Like other parents, Martin and I grapple with resistance concerning chores, homework and cleaning up, but we also battle Brynn over her therapy, which she’s supposed to undergo twice daily, every day. Possibly every day forever. She hates wearing her vest, and the experience is time consuming and uncomfortable.
The few occasions when she was hospitalized were stressful and unsettling, but the daily struggle over her therapy is relentless. I shiver to contemplate high school, because she’s already mastered so many teenage skills. She deflects the various approaches we employ, wielding her temper, moodiness and unwavering resistance. There are days when I’d like to leave her curbside, beside the recycling bins.

While there’s an active CF community, the illness is inherently alienating. We consult other parents for advice, but our children will never commiserate or swap stories at summer camp or a special event. Patients with CF shouldn’t meet in person, because they may inadvertently infect one another with certain bacteria that lead to serious infections.

Kicking On
If the medical community had their way, we would focus on therapy seven days a week. But we try to strike a balance. In addition to hunting, showing and sidesaddle, Brynn is on swim and soccer teams – and we do chores, muck stalls and have dinner. Her medical team theorizes that her unusually high activity level makes up for her missed therapy sessions.

Horses & Horse People
If horses are part of Brynn’s therapy, then the equestrian community is our support group. When we go hunting, we are just members in the field. Only Brynn’s not. Brynn is something special. And not because of CF.

Brynn is just being Brynn. Independent and forward, she rides her own line. She barks orders, such as “Staff, please!” warning riders to yield for passing whips, and admonishes members who stray from the edge, and tread on a planted field. She banters with adults in a cheeky fashion. Hunting boosts Brynn’s spirits – but it also instills good manners, which keeps her truculent teenage side at bay (for which her father and I are grateful).

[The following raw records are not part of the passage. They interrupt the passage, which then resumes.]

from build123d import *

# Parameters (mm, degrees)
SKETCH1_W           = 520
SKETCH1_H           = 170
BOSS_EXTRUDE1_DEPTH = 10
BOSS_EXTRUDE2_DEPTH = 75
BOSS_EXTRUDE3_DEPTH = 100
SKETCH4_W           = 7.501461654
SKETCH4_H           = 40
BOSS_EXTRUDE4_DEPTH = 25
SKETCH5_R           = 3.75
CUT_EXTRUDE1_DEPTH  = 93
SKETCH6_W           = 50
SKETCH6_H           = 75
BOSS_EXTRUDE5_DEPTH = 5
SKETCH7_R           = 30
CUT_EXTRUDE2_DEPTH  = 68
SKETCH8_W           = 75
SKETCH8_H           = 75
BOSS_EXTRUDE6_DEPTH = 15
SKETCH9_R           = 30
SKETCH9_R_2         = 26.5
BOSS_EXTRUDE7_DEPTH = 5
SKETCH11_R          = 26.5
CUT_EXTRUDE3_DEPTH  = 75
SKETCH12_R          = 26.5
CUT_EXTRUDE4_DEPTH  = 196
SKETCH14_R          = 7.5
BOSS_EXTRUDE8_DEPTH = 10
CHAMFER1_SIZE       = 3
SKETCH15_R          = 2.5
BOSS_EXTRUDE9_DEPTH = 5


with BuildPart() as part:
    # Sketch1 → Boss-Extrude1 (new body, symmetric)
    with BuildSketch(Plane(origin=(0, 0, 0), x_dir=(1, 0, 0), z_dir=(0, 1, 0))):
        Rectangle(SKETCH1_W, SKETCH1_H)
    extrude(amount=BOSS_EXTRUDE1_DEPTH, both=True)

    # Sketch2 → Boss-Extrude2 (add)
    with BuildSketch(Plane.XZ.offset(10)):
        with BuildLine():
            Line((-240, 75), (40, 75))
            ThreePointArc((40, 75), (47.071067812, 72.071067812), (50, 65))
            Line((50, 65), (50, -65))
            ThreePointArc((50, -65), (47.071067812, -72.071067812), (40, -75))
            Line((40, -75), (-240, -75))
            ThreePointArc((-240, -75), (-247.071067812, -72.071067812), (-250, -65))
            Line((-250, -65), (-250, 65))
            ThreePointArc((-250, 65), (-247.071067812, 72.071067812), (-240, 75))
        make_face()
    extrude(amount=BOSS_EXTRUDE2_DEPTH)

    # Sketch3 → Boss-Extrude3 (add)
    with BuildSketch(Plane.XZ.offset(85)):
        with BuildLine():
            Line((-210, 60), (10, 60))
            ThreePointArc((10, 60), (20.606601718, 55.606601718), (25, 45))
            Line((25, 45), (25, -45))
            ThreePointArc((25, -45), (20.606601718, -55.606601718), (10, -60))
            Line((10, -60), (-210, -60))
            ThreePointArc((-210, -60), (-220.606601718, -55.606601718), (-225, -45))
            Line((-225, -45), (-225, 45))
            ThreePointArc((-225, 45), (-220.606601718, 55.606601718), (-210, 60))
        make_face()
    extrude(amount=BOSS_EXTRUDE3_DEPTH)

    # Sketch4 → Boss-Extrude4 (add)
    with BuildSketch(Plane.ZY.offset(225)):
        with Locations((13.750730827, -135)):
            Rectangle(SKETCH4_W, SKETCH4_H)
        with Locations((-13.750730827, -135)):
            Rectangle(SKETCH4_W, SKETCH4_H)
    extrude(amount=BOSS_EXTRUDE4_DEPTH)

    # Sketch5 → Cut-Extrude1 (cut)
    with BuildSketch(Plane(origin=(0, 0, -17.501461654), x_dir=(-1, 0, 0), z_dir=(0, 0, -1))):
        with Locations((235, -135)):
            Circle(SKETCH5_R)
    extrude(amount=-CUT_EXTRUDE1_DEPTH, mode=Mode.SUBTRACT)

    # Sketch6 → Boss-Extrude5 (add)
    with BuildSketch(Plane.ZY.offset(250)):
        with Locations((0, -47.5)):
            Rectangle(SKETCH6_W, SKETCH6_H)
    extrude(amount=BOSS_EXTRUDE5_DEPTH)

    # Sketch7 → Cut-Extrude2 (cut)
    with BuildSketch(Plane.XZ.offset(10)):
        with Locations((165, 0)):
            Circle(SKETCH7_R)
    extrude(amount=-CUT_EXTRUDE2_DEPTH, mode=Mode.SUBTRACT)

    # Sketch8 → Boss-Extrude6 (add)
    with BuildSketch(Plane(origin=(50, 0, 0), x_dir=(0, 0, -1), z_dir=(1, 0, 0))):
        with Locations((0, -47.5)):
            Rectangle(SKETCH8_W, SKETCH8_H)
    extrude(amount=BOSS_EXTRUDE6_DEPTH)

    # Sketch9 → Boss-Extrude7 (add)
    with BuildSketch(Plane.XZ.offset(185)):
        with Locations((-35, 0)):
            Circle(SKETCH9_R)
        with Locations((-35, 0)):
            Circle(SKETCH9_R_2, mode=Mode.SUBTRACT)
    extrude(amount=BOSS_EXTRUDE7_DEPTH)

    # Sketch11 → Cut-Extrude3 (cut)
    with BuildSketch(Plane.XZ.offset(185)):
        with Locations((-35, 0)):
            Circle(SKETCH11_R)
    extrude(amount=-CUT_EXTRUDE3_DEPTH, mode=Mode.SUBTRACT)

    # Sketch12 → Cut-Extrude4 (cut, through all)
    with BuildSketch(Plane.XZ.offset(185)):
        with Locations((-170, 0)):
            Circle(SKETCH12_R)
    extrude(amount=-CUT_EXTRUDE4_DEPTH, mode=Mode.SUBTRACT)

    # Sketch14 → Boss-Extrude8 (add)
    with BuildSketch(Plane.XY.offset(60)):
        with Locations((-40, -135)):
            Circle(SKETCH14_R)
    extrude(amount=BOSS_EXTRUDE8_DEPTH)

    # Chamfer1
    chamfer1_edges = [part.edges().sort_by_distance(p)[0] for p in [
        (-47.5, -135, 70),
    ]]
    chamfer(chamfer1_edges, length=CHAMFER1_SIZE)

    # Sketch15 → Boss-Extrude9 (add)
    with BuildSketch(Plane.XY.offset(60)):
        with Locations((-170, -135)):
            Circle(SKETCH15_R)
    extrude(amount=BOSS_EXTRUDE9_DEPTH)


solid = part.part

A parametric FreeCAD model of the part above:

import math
import FreeCAD as App
import Part
import Sketcher


def edges_at(feature, points):
    """Names of the edges that pass closest to the given points."""
    edges = feature.Shape.Edges
    near = lambda p: min(range(len(edges)), key=lambda i: edges[i].distToShape(Part.Vertex(*p))[0])
    return sorted({f"Edge{near(p) + 1}" for p in points})

doc = App.newDocument("Part")
body = doc.addObject("PartDesign::Body", "Body")

sketch1 = body.newObject("Sketcher::SketchObject", "Sketch")
sketch1.AttachmentSupport = (doc.getObject("XZ_Plane"), [""])
sketch1.MapMode = "FlatFace"
sketch1.addGeometry([
    Part.LineSegment(App.Vector(-260, -85, 0), App.Vector(-260, 85, 0)),
    Part.LineSegment(App.Vector(-260, 85, 0), App.Vector(260, 85, 0)),
    Part.LineSegment(App.Vector(260, 85, 0), App.Vector(260, -85, 0)),
    Part.LineSegment(App.Vector(260, -85, 0), App.Vector(-260, -85, 0)),
], False)
sketch1.addConstraint([
    Sketcher.Constraint("Coincident", 0, 2, 1, 1),
    Sketcher.Constraint("Coincident", 1, 2, 2, 1),
    Sketcher.Constraint("Coincident", 2, 2, 3, 1),
    Sketcher.Constraint("Coincident", 3, 2, 0, 1),
    Sketcher.Constraint("Vertical", 0),
    Sketcher.Constraint("Horizontal", 1),
    Sketcher.Constraint("Vertical", 2),
    Sketcher.Constraint("Horizontal", 3),
    Sketcher.Constraint("Symmetric", 0, 2, 2, 2, -1, 1),
    Sketcher.Constraint("DistanceX", 1, 1, 1, 2, 520.0),
    Sketcher.Constraint("DistanceY", 0, 1, 0, 2, 170.0),
])
pad1 = body.newObject("PartDesign::Pad", "Pad")
pad1.Profile = sketch1
pad1.Length = 20
pad1.Midplane = True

Meanwhile, as her parents, in order to fight our feelings of helplessness, we do what we can. Martin is an avid hiker and five years ago, he channeled his energy into founding “Xtreme Hike,” a fundraising event for the DC Metro Chapter of the Cystic Fibrosis Foundation. Held annually in late September, participants tackle a 25-mile, mountainous hike, in a single day. As a participant myself, I reached out to friends and family for donations before our most recent hike, held at Wintergreen Resort. Brynn’s friends and fans in our equestrian community contributed over $13,000 of the nearly $16,000 that I raised. Potomac Hunt members were responsible for the bulk, but there are always several horse people whom I’ve never met, but who have somehow, somewhere crossed Brynn’s path. And the kindness of the equestrian community keeps me going when I’m feeling low.

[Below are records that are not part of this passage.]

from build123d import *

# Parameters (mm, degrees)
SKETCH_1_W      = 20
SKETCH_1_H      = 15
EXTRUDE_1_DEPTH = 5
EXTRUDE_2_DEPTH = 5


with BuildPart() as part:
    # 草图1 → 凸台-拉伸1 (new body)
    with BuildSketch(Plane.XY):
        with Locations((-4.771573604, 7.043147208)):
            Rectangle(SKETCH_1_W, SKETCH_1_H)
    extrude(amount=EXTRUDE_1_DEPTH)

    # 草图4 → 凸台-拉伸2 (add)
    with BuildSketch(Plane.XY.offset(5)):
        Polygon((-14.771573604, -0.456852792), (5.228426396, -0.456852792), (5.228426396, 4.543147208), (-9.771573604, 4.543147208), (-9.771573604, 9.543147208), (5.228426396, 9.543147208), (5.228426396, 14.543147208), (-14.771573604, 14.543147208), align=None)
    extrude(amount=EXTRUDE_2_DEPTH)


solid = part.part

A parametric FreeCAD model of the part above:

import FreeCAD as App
import Part
import Sketcher
Q = App.Units.Quantity


def add_polygon(sketch, points):
    """Adds a closed chain of lines whose ends are joined by coincident constraints."""
    first, n = sketch.GeometryCount, len(points)
    for a, b in zip(points, points[1:] + points[:1]):
        sketch.addGeometry(Part.LineSegment(App.Vector(*a, 0), App.Vector(*b, 0)), False)
    for i in range(n):
        sketch.addConstraint(Sketcher.Constraint("Coincident", first + i, 2, first + (i + 1) % n, 1))

doc = App.newDocument("Part")
body = doc.addObject("PartDesign::Body", "Body")

# Sketch on XY plane
sketch1 = body.newObject("Sketcher::SketchObject", "Sketch")
sketch1.AttachmentSupport = (doc.getObject("XY_Plane"), [""])
sketch1.MapMode = "FlatFace"
add_polygon(sketch1, [(-15, 15), (-15, 0), (5, 0), (5, 15)])  # lines 0-3
sketch1.addConstraint([
    Sketcher.Constraint("Vertical", 0),
    Sketcher.Constraint("Horizontal", 1),
    Sketcher.Constraint("Vertical", 2),
    Sketcher.Constraint("Horizontal", 3),
    Sketcher.Constraint("DistanceX", 1, 1, 1, 2, Q("20 mm")),
    Sketcher.Constraint("DistanceY", 0, 2, 0, 1, Q("15 mm")),
    Sketcher.Constraint("DistanceX", 0, 2, -1, 1, Q("14.771574 mm")),
    Sketcher.Constraint("DistanceY", 0, 2, -1, 1, Q("0.456853 mm")),
])
pad1 = body.newObject("PartDesign::Pad", "Pad")
pad1.Profile = sketch1
pad1.Length = 5

# Sketch on XY plane
sketch2 = body.newObject("Sketcher::SketchObject", "Sketch001")
sketch2.AttachmentSupport = (doc.getObject("XY_Plane"), [""])
sketch2.MapMode = "FlatFace"
sketch2.AttachmentOffset = App.Placement(App.Vector(0, 0, 5), App.Rotation())
add_polygon(sketch2, [(-15, 0), (5, 0), (5, 5), (-10, 5), (-10, 10), (5, 10), (5, 15), (-15, 15)])  # lines 0-7
sketch2.addConstraint([
    Sketcher.Constraint("Horizontal", 0),
    Sketcher.Constraint("Vertical", 1),
    Sketcher.Constraint("Horizontal", 2),
    Sketcher.Constraint("Vertical", 3),
    Sketcher.Constraint("Horizontal", 4),
    Sketcher.Constraint("Vertical", 5),
    Sketcher.Constraint("Horizontal", 6),
    Sketcher.Constraint("Vertical", 7),
    Sketcher.Constraint("Vertical", 1, 2, 4, 2),
    Sketcher.Constraint("Equal", 1, 3),
    Sketcher.Constraint("Equal", 3, 5),
    Sketcher.Constraint("Equal", 4, 7),
    Sketcher.Constraint("DistanceX", 0, 1, 0, 2, Q("20 mm")),
    Sketcher.Constraint("DistanceX", 2, 2, 2, 1, Q("15 mm")),
    Sketcher.Constraint("DistanceX", -1, 1, 0, 2, Q("5.228426 mm")),
    Sketcher.Constraint("DistanceY", 0, 2, -1, 1, Q("0.456853 mm")),
])
pad2 = body.newObject("PartDesign::Pad", "Pad001")
pad2.Profile = sketch2
pad2.Length = 5

doc.recompute()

“Am I going to have to wear my vest for the rest of my life?”
Compliance is always a struggle with Brynn.

“Yes, Brynn, you’ll have to do thumping. Even as an adult.”
What I really want to say is: “I hope not. I hope that someday you’ll be free from this cumbersome machine, from your nebulizer, from the hospital visits and antibiotics. I look forward to the day when you cough, and my heart doesn’t sink with dread because I know that you are sick again.”

A Christmas Wish
Maybe, with the progress made in medical research because of the Cystic Fibrosis Foundation, just maybe there will be a day when I will be able to say, “You’re free, Brynn. You are free.”